• _TASK TO CARRY OUT_
The answer must consist only of the lines from the line with "v13 (36.6,35,-22)" to the line with "e26 v18 v18", both included, exactly as they stand below.

┌────────

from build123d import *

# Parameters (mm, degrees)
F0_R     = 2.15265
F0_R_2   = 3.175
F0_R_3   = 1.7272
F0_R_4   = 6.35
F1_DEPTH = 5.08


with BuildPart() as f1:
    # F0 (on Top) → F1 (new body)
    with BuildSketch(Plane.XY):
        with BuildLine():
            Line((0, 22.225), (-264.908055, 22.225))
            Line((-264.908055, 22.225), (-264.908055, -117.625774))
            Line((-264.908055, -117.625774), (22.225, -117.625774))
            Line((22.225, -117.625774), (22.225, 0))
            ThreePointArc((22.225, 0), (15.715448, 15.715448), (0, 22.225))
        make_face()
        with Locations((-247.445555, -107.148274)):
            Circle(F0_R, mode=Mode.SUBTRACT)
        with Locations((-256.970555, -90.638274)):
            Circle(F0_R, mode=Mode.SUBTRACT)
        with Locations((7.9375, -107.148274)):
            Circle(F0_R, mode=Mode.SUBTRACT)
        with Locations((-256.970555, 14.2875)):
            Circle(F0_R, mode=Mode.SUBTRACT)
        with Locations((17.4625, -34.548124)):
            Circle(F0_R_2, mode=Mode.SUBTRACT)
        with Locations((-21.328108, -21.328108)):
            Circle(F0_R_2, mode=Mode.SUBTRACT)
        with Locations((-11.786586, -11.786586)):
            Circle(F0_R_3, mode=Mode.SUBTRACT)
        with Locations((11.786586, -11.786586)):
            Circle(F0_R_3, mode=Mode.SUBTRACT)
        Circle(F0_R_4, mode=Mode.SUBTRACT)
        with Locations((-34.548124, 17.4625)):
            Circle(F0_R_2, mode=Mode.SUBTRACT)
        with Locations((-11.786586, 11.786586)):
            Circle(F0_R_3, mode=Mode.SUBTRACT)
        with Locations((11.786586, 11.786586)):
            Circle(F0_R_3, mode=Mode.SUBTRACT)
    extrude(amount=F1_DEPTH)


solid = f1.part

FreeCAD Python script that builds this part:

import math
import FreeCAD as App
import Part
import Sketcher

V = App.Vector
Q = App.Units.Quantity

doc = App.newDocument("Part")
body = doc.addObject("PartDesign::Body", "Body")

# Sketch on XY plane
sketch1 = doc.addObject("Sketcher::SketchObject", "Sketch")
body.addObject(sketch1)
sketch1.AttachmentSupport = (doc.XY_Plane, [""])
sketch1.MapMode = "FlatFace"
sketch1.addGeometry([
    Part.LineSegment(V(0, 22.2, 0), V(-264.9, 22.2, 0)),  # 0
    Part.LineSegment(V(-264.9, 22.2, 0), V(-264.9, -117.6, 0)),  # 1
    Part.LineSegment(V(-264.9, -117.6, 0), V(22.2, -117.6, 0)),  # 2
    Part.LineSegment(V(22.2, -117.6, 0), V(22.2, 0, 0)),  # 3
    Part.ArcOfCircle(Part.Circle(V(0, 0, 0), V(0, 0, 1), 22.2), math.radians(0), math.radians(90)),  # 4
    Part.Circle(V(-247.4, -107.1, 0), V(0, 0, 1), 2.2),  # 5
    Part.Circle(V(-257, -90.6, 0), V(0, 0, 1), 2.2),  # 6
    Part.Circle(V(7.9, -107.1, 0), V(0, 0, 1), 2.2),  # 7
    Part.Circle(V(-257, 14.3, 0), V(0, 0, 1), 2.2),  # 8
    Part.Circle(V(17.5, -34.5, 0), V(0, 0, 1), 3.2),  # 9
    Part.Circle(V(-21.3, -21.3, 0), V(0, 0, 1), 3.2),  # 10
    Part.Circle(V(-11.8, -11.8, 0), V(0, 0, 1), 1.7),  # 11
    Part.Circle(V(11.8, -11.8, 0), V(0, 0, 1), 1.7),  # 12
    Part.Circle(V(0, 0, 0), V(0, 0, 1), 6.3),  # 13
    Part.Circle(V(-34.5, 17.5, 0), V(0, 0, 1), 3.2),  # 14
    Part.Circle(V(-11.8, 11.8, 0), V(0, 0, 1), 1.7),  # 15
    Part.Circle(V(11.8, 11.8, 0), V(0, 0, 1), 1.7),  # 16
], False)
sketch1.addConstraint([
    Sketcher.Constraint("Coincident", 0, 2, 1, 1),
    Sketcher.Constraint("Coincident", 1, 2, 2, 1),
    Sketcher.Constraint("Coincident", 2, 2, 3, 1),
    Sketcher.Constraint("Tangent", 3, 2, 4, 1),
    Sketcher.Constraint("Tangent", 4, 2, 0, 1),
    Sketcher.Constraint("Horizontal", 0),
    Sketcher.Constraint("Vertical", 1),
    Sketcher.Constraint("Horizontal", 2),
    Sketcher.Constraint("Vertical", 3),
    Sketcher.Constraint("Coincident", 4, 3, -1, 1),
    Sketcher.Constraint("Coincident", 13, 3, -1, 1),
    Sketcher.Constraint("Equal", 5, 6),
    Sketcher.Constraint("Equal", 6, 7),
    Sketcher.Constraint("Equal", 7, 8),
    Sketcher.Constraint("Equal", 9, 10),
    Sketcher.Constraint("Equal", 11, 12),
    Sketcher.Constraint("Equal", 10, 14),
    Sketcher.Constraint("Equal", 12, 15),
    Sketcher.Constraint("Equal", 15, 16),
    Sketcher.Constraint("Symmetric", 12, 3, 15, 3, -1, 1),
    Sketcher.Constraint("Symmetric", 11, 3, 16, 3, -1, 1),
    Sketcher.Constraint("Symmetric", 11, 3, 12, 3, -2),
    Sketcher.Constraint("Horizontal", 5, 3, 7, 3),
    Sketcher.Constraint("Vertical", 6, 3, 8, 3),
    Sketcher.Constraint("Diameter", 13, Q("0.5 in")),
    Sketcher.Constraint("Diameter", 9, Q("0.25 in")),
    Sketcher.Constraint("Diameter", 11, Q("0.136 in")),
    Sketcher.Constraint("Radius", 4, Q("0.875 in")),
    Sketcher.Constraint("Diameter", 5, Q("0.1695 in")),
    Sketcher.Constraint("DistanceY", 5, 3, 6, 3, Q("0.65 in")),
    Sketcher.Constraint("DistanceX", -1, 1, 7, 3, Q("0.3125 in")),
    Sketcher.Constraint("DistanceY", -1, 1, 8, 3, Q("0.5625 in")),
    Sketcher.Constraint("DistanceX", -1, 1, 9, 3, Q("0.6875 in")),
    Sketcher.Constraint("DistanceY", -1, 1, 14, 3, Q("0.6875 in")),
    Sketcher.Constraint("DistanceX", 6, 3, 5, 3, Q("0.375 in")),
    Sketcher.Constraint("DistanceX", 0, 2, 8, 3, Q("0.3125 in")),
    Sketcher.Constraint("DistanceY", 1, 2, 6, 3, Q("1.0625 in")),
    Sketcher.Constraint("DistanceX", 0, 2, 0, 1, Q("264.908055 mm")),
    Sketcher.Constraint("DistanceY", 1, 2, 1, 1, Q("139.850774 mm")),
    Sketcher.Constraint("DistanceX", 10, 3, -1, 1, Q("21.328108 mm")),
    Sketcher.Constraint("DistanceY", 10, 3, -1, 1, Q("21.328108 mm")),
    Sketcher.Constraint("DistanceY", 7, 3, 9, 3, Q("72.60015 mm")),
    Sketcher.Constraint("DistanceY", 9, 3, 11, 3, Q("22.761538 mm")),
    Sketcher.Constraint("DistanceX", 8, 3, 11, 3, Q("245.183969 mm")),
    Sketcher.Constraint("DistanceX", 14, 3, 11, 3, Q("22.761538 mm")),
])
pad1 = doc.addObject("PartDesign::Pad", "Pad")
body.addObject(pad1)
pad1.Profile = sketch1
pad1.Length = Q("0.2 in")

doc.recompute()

└────────
┌────────

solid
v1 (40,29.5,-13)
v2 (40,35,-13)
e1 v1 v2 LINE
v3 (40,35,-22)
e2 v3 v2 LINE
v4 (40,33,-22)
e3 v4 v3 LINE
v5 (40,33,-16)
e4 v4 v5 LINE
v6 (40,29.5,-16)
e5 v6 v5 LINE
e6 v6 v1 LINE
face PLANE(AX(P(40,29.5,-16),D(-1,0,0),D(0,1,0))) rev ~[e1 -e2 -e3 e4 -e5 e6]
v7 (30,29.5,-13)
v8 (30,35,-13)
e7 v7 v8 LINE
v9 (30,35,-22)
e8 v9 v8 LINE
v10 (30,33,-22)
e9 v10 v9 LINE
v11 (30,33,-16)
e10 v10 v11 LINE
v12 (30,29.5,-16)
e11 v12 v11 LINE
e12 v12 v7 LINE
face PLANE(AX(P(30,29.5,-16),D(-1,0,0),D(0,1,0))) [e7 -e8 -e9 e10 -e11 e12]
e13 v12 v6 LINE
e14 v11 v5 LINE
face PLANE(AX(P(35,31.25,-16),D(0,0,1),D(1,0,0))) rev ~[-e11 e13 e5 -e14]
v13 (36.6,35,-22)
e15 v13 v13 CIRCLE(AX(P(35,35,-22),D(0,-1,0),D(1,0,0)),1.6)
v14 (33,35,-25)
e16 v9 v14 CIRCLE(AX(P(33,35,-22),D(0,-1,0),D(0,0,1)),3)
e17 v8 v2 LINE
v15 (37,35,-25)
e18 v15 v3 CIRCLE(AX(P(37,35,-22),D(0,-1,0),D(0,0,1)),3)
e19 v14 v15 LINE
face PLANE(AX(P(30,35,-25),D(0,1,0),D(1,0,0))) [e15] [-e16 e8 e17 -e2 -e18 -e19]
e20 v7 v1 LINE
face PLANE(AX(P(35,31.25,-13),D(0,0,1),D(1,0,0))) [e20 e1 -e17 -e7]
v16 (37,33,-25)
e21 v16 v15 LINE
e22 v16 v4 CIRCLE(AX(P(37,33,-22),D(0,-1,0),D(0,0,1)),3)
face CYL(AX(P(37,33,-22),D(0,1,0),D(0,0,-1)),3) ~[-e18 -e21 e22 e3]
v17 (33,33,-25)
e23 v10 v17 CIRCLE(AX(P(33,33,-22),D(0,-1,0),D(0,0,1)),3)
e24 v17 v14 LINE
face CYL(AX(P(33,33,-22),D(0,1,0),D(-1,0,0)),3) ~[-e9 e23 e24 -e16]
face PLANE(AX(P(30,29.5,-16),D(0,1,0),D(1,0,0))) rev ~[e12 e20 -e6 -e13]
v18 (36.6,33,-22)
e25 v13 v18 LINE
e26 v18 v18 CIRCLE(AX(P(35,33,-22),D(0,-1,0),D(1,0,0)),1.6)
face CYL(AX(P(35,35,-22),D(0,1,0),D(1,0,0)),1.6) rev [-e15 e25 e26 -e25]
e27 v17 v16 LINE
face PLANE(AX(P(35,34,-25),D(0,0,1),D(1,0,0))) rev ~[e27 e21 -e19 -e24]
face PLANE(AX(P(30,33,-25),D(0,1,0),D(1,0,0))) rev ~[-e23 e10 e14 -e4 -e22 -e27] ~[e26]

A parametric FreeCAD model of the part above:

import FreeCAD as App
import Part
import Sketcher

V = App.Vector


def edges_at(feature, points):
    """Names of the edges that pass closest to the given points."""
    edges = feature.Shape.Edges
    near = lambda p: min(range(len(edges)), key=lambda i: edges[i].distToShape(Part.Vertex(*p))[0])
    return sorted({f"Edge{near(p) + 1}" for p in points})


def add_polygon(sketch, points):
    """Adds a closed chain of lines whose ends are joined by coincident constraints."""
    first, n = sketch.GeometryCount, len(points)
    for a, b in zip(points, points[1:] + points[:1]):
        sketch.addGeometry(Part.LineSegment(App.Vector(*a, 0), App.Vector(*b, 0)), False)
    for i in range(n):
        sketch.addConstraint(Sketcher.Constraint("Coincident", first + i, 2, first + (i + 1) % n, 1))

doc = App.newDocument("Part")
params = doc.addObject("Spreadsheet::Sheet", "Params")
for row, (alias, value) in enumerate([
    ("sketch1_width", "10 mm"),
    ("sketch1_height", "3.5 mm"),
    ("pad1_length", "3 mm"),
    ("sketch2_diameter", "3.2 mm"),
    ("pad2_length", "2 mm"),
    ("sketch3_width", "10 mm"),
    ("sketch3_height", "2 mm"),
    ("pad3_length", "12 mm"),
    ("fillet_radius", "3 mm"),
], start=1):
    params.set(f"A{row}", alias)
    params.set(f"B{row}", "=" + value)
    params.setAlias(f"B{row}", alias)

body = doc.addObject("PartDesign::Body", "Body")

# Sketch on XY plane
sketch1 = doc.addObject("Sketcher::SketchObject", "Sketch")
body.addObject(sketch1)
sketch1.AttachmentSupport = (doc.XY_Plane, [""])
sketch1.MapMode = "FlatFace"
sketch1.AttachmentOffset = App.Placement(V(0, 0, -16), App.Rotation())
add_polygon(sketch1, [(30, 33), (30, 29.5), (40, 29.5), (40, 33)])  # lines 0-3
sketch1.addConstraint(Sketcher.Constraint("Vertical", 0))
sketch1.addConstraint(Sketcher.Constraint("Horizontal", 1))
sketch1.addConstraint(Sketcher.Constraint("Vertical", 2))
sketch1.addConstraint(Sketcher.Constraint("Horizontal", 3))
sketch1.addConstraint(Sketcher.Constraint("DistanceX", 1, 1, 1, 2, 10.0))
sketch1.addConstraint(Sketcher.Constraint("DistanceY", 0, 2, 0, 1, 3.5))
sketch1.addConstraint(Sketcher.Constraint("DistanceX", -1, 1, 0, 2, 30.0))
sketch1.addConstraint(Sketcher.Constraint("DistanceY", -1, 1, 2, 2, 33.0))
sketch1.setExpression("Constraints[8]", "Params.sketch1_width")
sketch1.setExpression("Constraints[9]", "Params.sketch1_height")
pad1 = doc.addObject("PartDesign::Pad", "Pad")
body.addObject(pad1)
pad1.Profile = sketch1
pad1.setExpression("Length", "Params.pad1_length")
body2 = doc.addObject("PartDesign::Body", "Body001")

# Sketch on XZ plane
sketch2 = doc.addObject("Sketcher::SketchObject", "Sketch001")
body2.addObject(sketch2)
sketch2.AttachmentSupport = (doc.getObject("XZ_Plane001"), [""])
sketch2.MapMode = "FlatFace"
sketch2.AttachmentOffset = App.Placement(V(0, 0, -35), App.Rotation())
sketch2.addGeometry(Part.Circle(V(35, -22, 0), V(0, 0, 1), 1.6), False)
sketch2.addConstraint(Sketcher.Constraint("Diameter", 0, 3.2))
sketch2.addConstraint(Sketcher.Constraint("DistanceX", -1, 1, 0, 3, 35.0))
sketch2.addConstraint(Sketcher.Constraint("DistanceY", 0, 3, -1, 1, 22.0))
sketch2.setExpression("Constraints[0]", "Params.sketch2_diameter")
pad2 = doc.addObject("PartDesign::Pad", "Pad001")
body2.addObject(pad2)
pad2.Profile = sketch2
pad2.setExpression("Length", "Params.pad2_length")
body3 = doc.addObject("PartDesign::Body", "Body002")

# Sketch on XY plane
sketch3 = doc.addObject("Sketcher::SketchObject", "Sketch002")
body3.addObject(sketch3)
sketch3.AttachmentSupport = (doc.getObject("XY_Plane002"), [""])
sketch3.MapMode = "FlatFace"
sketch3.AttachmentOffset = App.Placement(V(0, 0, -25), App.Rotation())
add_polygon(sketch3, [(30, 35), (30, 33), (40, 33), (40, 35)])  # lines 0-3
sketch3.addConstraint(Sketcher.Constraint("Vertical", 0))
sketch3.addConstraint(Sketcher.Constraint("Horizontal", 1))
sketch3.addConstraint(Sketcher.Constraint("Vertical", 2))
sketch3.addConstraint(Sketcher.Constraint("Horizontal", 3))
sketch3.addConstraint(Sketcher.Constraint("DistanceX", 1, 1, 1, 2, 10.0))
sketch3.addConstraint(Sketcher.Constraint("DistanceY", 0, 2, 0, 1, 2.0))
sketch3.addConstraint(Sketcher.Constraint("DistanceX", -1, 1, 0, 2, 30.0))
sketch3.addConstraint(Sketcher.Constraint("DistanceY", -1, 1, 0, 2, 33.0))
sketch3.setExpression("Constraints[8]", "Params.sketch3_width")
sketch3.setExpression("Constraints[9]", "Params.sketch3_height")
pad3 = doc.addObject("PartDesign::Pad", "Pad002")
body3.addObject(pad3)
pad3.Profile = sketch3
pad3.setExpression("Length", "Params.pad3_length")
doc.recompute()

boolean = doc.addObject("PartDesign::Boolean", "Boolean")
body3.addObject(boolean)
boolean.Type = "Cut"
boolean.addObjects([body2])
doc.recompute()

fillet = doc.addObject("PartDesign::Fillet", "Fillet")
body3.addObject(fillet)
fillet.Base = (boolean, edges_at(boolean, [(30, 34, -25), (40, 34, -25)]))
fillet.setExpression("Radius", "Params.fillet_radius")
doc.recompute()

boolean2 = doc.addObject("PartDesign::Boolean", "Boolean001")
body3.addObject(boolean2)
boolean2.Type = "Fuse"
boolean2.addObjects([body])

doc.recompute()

└────────
┌────────

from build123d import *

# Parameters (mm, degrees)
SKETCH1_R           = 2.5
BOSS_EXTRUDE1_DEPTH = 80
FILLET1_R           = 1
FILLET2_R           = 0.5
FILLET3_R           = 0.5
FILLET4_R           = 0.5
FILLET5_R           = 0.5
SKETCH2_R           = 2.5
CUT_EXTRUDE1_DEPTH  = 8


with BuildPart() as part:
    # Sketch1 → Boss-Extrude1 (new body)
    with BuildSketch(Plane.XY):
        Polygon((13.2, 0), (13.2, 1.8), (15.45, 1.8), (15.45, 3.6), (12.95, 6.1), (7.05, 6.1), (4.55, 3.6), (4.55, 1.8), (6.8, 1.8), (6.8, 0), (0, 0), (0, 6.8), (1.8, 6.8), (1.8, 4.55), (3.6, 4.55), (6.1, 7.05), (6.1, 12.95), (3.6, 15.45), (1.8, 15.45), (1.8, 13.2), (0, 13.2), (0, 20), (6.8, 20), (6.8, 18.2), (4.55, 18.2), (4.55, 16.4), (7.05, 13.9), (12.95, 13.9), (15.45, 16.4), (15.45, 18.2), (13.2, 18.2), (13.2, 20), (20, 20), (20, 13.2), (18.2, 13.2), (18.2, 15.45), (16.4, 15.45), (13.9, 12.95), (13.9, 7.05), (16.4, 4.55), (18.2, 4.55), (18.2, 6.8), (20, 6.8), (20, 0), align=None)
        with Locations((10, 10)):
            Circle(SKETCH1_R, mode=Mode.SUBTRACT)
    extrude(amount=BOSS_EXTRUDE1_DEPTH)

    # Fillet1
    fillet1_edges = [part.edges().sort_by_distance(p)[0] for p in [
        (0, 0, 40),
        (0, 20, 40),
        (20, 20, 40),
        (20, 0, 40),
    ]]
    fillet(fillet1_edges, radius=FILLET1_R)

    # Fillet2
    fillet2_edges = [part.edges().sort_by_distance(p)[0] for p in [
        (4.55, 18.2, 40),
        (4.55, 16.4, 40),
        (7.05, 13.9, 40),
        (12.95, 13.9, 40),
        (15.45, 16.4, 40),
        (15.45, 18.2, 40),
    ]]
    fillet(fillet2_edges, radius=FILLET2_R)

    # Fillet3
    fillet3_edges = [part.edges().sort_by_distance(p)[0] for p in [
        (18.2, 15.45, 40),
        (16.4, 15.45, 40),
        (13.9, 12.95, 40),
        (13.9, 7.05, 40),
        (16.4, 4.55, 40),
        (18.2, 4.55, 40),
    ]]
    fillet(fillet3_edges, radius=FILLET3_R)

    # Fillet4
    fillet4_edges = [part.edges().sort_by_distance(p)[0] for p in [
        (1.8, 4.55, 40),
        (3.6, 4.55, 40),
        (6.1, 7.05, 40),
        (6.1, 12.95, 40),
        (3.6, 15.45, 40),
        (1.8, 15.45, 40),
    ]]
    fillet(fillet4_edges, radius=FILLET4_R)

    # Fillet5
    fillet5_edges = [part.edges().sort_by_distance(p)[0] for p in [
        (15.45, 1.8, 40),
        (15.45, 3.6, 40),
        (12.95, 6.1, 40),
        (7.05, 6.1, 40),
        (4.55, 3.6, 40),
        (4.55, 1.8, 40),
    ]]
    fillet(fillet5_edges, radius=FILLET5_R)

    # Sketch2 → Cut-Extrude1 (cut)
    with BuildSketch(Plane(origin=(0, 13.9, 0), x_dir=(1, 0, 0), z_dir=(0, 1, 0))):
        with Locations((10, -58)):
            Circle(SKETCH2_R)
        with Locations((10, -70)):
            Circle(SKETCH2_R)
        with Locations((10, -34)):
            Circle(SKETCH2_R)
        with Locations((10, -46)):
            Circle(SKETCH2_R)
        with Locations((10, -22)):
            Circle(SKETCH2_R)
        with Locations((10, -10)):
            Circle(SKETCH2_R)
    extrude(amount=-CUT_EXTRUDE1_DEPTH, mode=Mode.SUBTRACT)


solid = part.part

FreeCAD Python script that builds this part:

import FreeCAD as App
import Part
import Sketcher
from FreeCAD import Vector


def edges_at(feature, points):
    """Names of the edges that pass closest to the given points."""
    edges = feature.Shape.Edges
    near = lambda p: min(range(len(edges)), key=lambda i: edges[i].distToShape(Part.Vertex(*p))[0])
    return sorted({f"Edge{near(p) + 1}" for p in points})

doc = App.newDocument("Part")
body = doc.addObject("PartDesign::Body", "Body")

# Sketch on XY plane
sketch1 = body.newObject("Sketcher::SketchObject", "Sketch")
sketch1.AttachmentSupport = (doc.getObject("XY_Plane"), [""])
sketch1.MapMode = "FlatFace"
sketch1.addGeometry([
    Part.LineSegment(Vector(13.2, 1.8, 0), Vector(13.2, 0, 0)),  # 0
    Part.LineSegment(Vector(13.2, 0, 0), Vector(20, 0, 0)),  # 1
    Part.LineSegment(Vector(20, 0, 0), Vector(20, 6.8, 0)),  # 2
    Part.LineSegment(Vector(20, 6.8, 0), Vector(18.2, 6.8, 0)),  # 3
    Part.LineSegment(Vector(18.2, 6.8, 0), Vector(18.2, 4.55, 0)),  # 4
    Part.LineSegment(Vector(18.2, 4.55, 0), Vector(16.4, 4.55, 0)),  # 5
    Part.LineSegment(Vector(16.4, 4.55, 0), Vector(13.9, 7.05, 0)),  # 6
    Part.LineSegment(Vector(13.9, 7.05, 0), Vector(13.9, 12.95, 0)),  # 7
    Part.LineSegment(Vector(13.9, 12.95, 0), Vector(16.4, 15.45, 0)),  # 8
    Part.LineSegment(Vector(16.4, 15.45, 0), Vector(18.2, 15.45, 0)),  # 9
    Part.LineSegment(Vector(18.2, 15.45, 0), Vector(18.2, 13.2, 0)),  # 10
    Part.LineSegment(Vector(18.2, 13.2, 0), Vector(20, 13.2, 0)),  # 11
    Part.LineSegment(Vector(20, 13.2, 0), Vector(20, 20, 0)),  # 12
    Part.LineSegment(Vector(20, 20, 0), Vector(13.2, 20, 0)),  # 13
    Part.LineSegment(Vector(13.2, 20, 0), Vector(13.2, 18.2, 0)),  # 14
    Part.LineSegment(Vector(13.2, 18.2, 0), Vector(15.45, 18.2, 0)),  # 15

└────────

• _ANSWER SPACE_
v13 (36.6,35,-22)
e15 v13 v13 CIRCLE(AX(P(35,35,-22),D(0,-1,0),D(1,0,0)),1.6)
v14 (33,35,-25)
e16 v9 v14 CIRCLE(AX(P(33,35,-22),D(0,-1,0),D(0,0,1)),3)
e17 v8 v2 LINE
v15 (37,35,-25)
e18 v15 v3 CIRCLE(AX(P(37,35,-22),D(0,-1,0),D(0,0,1)),3)
e19 v14 v15 LINE
face PLANE(AX(P(30,35,-25),D(0,1,0),D(1,0,0))) [e15] [-e16 e8 e17 -e2 -e18 -e19]
e20 v7 v1 LINE
face PLANE(AX(P(35,31.25,-13),D(0,0,1),D(1,0,0))) [e20 e1 -e17 -e7]
v16 (37,33,-25)
e21 v16 v15 LINE
e22 v16 v4 CIRCLE(AX(P(37,33,-22),D(0,-1,0),D(0,0,1)),3)
face CYL(AX(P(37,33,-22),D(0,1,0),D(0,0,-1)),3) ~[-e18 -e21 e22 e3]
v17 (33,33,-25)
e23 v10 v17 CIRCLE(AX(P(33,33,-22),D(0,-1,0),D(0,0,1)),3)
e24 v17 v14 LINE
face CYL(AX(P(33,33,-22),D(0,1,0),D(-1,0,0)),3) ~[-e9 e23 e24 -e16]
face PLANE(AX(P(30,29.5,-16),D(0,1,0),D(1,0,0))) rev ~[e12 e20 -e6 -e13]
v18 (36.6,33,-22)
e25 v13 v18 LINE
e26 v18 v18 CIRCLE(AX(P(35,33,-22),D(0,-1,0),D(1,0,0)),1.6)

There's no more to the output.